Rushing into an un-thought out plan, with a poor agenda backing it up, could have some serious consequences. A year from now, we might all have to act like we never supported the plan, change the subject everytime it comes up, AND we would need to find someone to blame the failure on too. I've seen worse plans.


----------



## BPturkeys (Sep 13, 2007)

Frankly I am tired of the government subsidizing unemployed, out of work hunters with cheap tags and licenses when there are hard working successful people out there willing to pay plenty for the chance to hunt very year and anywhere they want. There's profit to be made, what are we thinking to allow this out-dated system of Wildlife boards, Rac's and a government run DWR to control our destiny. Are we free men or not!


----------



## Lonetree (Dec 4, 2010)

BPturkeys said:


> Frankly I am tired of the government subsidizing unemployed, out of work hunters with cheap tags and licenses when there are hard working successful people out there willing to pay plenty for the chance to hunt very year and anywhere they want. There's profit to be made, what are we thinking to allow this out-dated system of Wildlife boards, Rac's and a government run DWR to control our destiny. Are we free men or not!


Well of course you can hunt the kings deer for a fee.

That is one of the saddest attempts I have ever seen at twisting the word free. The wildlife belongs to us all, and for the benefit of us all. Not for the few, not just for the nobility, we destroyed that system a long time ago. And yet some still harken back to their roots aiding an insurgency, too scared to really be anything else.

As a share holder in Utah's wildlife I say BS. You want to create, build, and capitalize on what YOU own, and hold title to, please do. I make my living in a similar fashion, with my own hands, with my own ideas, and with my own property, in this very great free country. I don't try to sell other peoples property, and sell it as freedom. What is being proposed here is a path to THE PEOPLE exercising their rights as FREE citizens, and controlling there own destiny. Not selling it off to the highest bidder. What a ****ing bull**** fraud.

---Edited for spelling


----------



## Muley73 (Nov 20, 2010)

I would agree that I'd like to see some tweaks to the current system.

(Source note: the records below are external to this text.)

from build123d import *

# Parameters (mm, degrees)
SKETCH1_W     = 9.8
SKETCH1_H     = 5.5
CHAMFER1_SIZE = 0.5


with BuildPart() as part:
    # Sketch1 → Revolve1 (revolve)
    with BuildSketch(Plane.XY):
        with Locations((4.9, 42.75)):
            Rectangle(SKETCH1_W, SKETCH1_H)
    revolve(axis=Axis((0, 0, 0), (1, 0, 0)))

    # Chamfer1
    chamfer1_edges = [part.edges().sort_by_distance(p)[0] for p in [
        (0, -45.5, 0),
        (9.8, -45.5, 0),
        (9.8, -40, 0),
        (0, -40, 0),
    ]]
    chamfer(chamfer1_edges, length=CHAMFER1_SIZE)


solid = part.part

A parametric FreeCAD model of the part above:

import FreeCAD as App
import Part
import Sketcher
Q = App.Units.Quantity


def edges_at(feature, points):
    """Names of the edges that pass closest to the given points."""
    edges = feature.Shape.Edges
    near = lambda p: min(range(len(edges)), key=lambda i: edges[i].distToShape(Part.Vertex(*p))[0])
    return sorted({f"Edge{near(p) + 1}" for p in points})


def add_polygon(sketch, points):
    """Adds a closed chain of lines whose ends are joined by coincident constraints."""
    first, n = sketch.GeometryCount, len(points)
    for a, b in zip(points, points[1:] + points[:1]):
        sketch.addGeometry(Part.LineSegment(App.Vector(*a, 0), App.Vector(*b, 0)), False)
    for i in range(n):
        sketch.addConstraint(Sketcher.Constraint("Coincident", first + i, 2, first + (i + 1) % n, 1))

doc = App.newDocument("Part")
body = doc.addObject("PartDesign::Body", "Body")

# Sketch on XY plane
sketch1 = body.newObject("Sketcher::SketchObject", "Sketch")
sketch1.AttachmentSupport = (doc.getObject("XY_Plane"), [""])
sketch1.MapMode = "FlatFace"
add_polygon(sketch1, [(0, 46), (0, 40), (10, 40), (10, 46)])  # lines 0-3
sketch1.addConstraint(Sketcher.Constraint("Vertical", 0))
sketch1.addConstraint(Sketcher.Constraint("Horizontal", 1))
sketch1.addConstraint(Sketcher.Constraint("Vertical", 2))
sketch1.addConstraint(Sketcher.Constraint("Horizontal", 3))
sketch1.addConstraint(Sketcher.Constraint("PointOnObject", 0, 2, -2))
sketch1.addConstraint(Sketcher.Constraint("DistanceX", 1, 1, 1, 2, Q("9.8 mm")))
sketch1.addConstraint(Sketcher.Constraint("DistanceY", 0, 2, 0, 1, Q("5.5 mm")))
sketch1.addConstraint(Sketcher.Constraint("DistanceY", -1, 1, 0, 2, Q("40 mm")))
revolution = body.newObject("PartDesign::Revolution", "Revolution")
revolution.Profile = sketch1
revolution.ReferenceAxis = (sketch1, ["H_Axis"])
revolution.Angle = 360
doc.recompute()

chamfer = body.newObject("PartDesign::Chamfer", "Chamfer")
chamfer.Base = (revolution, edges_at(revolution, [
    (0, -45.5, 0),
    (9.8, -45.5, 0),
    (9.8, -40, 0),
    (0, -40, 0),
]))
chamfer.Size = 0.5

doc.recompute()
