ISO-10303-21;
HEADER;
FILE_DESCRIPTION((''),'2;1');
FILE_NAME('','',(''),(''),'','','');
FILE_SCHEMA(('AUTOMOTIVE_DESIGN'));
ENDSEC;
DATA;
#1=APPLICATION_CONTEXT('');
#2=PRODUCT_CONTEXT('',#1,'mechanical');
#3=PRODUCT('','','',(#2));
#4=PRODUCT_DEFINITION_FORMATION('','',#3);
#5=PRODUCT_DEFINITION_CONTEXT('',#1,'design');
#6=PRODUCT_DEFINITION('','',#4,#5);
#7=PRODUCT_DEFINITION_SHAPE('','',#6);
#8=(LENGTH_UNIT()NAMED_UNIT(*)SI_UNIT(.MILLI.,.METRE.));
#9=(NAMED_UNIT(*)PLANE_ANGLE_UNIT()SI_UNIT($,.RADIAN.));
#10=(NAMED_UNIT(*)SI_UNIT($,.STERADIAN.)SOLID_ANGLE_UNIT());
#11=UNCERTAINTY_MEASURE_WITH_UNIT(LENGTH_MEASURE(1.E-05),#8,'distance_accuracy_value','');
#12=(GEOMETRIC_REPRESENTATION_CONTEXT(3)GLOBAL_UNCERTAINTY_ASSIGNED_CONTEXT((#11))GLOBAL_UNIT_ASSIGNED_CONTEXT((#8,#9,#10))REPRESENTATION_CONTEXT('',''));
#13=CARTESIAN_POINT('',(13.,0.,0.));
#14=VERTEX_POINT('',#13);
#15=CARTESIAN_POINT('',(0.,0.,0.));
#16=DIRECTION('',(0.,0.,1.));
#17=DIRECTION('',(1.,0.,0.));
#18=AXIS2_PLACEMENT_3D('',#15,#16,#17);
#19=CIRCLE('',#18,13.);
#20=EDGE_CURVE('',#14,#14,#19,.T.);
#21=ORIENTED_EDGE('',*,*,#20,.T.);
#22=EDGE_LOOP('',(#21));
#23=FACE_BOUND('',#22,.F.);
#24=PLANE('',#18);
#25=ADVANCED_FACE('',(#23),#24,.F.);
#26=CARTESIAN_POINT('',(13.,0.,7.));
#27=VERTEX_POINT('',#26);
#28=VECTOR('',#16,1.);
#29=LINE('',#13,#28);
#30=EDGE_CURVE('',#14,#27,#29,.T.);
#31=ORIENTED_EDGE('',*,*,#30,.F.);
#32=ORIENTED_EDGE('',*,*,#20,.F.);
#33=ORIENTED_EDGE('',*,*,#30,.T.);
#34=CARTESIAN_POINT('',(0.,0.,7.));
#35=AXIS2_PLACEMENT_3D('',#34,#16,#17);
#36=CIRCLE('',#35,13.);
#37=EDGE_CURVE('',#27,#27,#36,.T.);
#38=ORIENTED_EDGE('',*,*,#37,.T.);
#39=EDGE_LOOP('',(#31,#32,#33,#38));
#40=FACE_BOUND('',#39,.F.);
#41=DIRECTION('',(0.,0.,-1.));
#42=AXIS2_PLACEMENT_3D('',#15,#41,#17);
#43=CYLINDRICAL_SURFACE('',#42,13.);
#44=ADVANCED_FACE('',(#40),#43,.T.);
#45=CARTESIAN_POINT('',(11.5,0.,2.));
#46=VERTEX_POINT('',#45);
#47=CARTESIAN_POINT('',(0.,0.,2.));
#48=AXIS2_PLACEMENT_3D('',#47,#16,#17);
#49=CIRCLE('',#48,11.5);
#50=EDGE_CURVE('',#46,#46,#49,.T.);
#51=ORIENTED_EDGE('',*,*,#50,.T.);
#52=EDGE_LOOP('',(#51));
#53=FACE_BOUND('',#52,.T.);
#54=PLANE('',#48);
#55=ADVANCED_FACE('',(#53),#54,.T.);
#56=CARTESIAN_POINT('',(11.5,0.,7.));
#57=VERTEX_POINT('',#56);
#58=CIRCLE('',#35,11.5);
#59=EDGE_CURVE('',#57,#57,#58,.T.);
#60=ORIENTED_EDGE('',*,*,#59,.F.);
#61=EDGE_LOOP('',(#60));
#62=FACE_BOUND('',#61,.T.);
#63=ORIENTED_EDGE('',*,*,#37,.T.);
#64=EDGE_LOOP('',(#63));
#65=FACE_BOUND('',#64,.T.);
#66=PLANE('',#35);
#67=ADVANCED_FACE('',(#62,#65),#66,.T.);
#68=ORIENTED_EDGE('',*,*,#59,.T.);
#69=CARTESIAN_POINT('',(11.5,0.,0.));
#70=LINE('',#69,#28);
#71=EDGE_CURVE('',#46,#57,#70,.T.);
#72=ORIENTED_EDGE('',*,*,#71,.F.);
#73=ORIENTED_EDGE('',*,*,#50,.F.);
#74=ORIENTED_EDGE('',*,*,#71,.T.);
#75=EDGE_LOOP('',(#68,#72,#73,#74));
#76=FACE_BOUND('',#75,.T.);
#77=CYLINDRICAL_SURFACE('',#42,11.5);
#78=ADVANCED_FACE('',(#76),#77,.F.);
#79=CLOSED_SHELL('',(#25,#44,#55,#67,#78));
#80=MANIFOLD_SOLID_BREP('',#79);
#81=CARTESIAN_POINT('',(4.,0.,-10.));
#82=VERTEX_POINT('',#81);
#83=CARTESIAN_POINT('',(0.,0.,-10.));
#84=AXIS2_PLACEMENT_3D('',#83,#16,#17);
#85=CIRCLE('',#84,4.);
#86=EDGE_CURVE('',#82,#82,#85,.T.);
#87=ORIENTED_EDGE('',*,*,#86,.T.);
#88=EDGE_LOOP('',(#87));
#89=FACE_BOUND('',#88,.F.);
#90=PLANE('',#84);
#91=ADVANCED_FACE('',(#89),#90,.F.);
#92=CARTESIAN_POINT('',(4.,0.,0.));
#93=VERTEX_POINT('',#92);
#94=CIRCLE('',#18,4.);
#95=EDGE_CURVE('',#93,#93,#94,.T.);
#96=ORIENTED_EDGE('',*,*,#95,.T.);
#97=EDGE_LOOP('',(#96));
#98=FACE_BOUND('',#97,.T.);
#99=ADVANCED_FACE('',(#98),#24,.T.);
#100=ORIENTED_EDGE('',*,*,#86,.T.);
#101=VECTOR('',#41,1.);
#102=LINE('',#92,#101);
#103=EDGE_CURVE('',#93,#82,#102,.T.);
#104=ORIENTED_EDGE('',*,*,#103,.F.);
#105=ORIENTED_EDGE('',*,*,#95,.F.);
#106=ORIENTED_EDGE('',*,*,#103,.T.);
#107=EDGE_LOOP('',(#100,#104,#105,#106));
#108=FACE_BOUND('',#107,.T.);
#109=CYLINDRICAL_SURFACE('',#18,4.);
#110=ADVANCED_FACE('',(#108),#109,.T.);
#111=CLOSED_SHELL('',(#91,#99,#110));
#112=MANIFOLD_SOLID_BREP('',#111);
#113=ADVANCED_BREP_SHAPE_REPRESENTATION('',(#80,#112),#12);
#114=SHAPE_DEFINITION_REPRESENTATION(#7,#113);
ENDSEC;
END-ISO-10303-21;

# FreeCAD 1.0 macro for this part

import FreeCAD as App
import Part
import Sketcher
Q = App.Units.Quantity

doc = App.newDocument("Part")
params = doc.addObject("Spreadsheet::Sheet", "Params")
for row, (alias, value) in enumerate([
    ("sketch1_diameter", "8 mm"),
    ("pad1_length", "10 mm"),
    ("sketch2_diameter", "23 mm"),
    ("pad2_length", "2 mm"),
    ("sketch3_diameter", "26 mm"),
    ("sketch3_diameter2", "23 mm"),
    ("pad3_length", "7 mm"),
], start=1):
    params.set(f"A{row}", alias)
    params.set(f"B{row}", "=" + value)
    params.setAlias(f"B{row}", alias)

body = doc.addObject("PartDesign::Body", "Body")

sketch1 = doc.addObject("Sketcher::SketchObject", "Sketch")
body.addObject(sketch1)
sketch1.AttachmentSupport = (doc.XY_Plane, [""])
sketch1.MapMode = "FlatFace"
sketch1.addGeometry(Part.Circle(App.Vector(0, 0, 0), App.Vector(0, 0, 1), 4), False)
sketch1.addConstraint(Sketcher.Constraint("Coincident", 0, 3, -1, 1))
sketch1.addConstraint(Sketcher.Constraint("Diameter", 0, Q("8 mm")))
sketch1.setExpression("Constraints[1]", "Params.sketch1_diameter")
pad1 = doc.addObject("PartDesign::Pad", "Pad")
body.addObject(pad1)
pad1.Profile = sketch1
pad1.setExpression("Length", "Params.pad1_length")
pad1.Reversed = True
body2 = doc.addObject("PartDesign::Body", "Body001")

sketch2 = doc.addObject("Sketcher::SketchObject", "Sketch001")
body2.addObject(sketch2)
sketch2.AttachmentSupport = (doc.getObject("XY_Plane001"), [""])
sketch2.MapMode = "FlatFace"
sketch2.addGeometry(Part.Circle(App.Vector(0, 0, 0), App.Vector(0, 0, 1), 12), False)
sketch2.addConstraint(Sketcher.Constraint("Coincident", 0, 3, -1, 1))
sketch2.addConstraint(Sketcher.Constraint("Diameter", 0, Q("23 mm")))
sketch2.setExpression("Constraints[1]", "Params.sketch2_diameter")
pad2 = doc.addObject("PartDesign::Pad", "Pad001")
body2.addObject(pad2)
pad2.Profile = sketch2
pad2.setExpression("Length", "Params.pad2_length")

sketch3 = doc.addObject("Sketcher::SketchObject", "Sketch002")
body2.addObject(sketch3)
sketch3.AttachmentSupport = (doc.getObject("XY_Plane001"), [""])
sketch3.MapMode = "FlatFace"
sketch3.addGeometry(Part.Circle(App.Vector(0, 0, 0), App.Vector(0, 0, 1), 13), False)
sketch3.addGeometry(Part.Circle(App.Vector(0, 0, 0), App.Vector(0, 0, 1), 12), False)
sketch3.addConstraint(Sketcher.Constraint("Coincident", 0, 3, -1, 1))
sketch3.addConstraint(Sketcher.Constraint("Coincident", 1, 3, -1, 1))
sketch3.addConstraint(Sketcher.Constraint("Diameter", 0, Q("26 mm")))
sketch3.addConstraint(Sketcher.Constraint("Diameter", 1, Q("23 mm")))
sketch3.setExpression("Constraints[2]", "Params.sketch3_diameter")
sketch3.setExpression("Constraints[3]", "Params.sketch3_diameter2")
pad3 = doc.addObject("PartDesign::Pad", "Pad002")
body2.addObject(pad3)
pad3.Profile = sketch3
pad3.setExpression("Length", "Params.pad3_length")

doc.recompute()
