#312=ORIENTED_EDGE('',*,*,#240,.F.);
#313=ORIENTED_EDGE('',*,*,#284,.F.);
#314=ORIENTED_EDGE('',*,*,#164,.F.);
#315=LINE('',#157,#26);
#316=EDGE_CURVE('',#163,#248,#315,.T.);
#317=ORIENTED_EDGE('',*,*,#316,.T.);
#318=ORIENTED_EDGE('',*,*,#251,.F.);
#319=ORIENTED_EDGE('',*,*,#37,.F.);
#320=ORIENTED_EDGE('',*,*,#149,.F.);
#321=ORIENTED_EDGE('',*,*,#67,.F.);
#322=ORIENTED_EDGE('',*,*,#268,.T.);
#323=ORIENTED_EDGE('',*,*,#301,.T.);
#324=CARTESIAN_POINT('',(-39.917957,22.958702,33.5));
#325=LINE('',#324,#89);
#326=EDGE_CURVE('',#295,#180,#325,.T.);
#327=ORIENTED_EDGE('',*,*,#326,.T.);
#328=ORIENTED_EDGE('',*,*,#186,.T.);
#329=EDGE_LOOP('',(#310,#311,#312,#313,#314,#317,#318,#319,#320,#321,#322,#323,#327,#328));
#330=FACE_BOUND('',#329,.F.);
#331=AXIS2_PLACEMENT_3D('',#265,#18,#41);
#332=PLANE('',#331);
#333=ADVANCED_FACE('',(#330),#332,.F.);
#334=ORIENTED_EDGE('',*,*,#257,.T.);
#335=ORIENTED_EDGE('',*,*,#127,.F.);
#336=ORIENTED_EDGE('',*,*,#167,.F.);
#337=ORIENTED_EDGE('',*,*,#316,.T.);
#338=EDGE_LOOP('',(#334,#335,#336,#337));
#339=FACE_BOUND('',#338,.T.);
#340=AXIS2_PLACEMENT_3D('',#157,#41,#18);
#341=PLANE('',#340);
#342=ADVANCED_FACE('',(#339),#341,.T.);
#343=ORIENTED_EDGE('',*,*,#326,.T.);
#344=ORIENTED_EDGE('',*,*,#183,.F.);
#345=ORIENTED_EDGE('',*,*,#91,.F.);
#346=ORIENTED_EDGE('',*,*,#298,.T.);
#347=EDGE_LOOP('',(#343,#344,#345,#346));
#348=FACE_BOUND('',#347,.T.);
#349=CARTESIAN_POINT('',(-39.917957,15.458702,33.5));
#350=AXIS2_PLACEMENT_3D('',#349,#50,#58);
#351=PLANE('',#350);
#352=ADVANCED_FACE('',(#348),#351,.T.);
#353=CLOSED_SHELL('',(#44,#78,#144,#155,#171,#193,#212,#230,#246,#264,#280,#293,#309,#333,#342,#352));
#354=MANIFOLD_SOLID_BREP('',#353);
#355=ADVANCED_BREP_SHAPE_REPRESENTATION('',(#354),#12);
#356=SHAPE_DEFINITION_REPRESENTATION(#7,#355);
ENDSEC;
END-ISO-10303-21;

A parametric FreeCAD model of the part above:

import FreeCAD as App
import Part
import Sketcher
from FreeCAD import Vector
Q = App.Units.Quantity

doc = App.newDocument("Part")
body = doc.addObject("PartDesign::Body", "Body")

I believe that over the past 20 years the WB has voted with the DWR way to often. If you look at past history the WB has believed in the recommendations of the DWR and we all see the results. I would like to see independent biologists have some input.


----------



## Lonetree (Dec 4, 2010)

As far as "the system" goes, who is recommending what, to who?


----------



## proutdoors (Sep 24, 2007)

Lonetree said:


> I'm way beyong little girl tea parties on this, if people want to hand our lands and wildlife, that belong to US(*U.S.*A) over to the aristocracy, that works for the king and queen, may the tar and feathering comence, you **** traitors!
> 
> BTW how is the elk, bear, moose, lion, sheep, goat, antalope, hunting in PA?


All this time I took you as an educated person, not someone steeped in ignorance. For the 1st 100+ years of this nation the federal government held MINIMAL land, and there were specific qualifications for the federal government to be ALLOWED to retain land. Per the US Constitution, a document that long ago actually mattered in this country....Article I, Section 8: "To establish post offices and post roads; To exercise legislation....over such District [of Columbia] (not exceeding 10 miles square)....and to exercise like authority over all places purchased by the consent of the legislation of the State....for the erection of forts, magazines, arsenals, dock-yards, and other needful buildings." Thomas Jefferson, maybe you have heard of him, insisted that *all* federal land should be sold as quickly as possible, and "shall *never* after, in any case, revert to the United States." The irony is, the system in play today more closely resembles the feudalism/manorialism the Pilgrims left and the Founders fought against than privatized land. Good hell, it was the NEW concept of private property that led to unprecedented prosperity under the Principles of the Constitution. It wasn't until 1891 with the Forest Reserve Act of 1891, that the federal government began HORDING land. Before that, the federal government owned very little land, today it owns more than 190 MILLION acres. Before that, the Equal Footing Doctrine was followed. Incidentally, Equal Footing was codified in 1787, perhaps that year is of significance to you.... The Federal Land Policy and Management Act and the National Forest Management Act, both enacted in 1976, were created under heavy pressure from environmentalists. I suggest you educate yourself on these Acts and the fallout from them.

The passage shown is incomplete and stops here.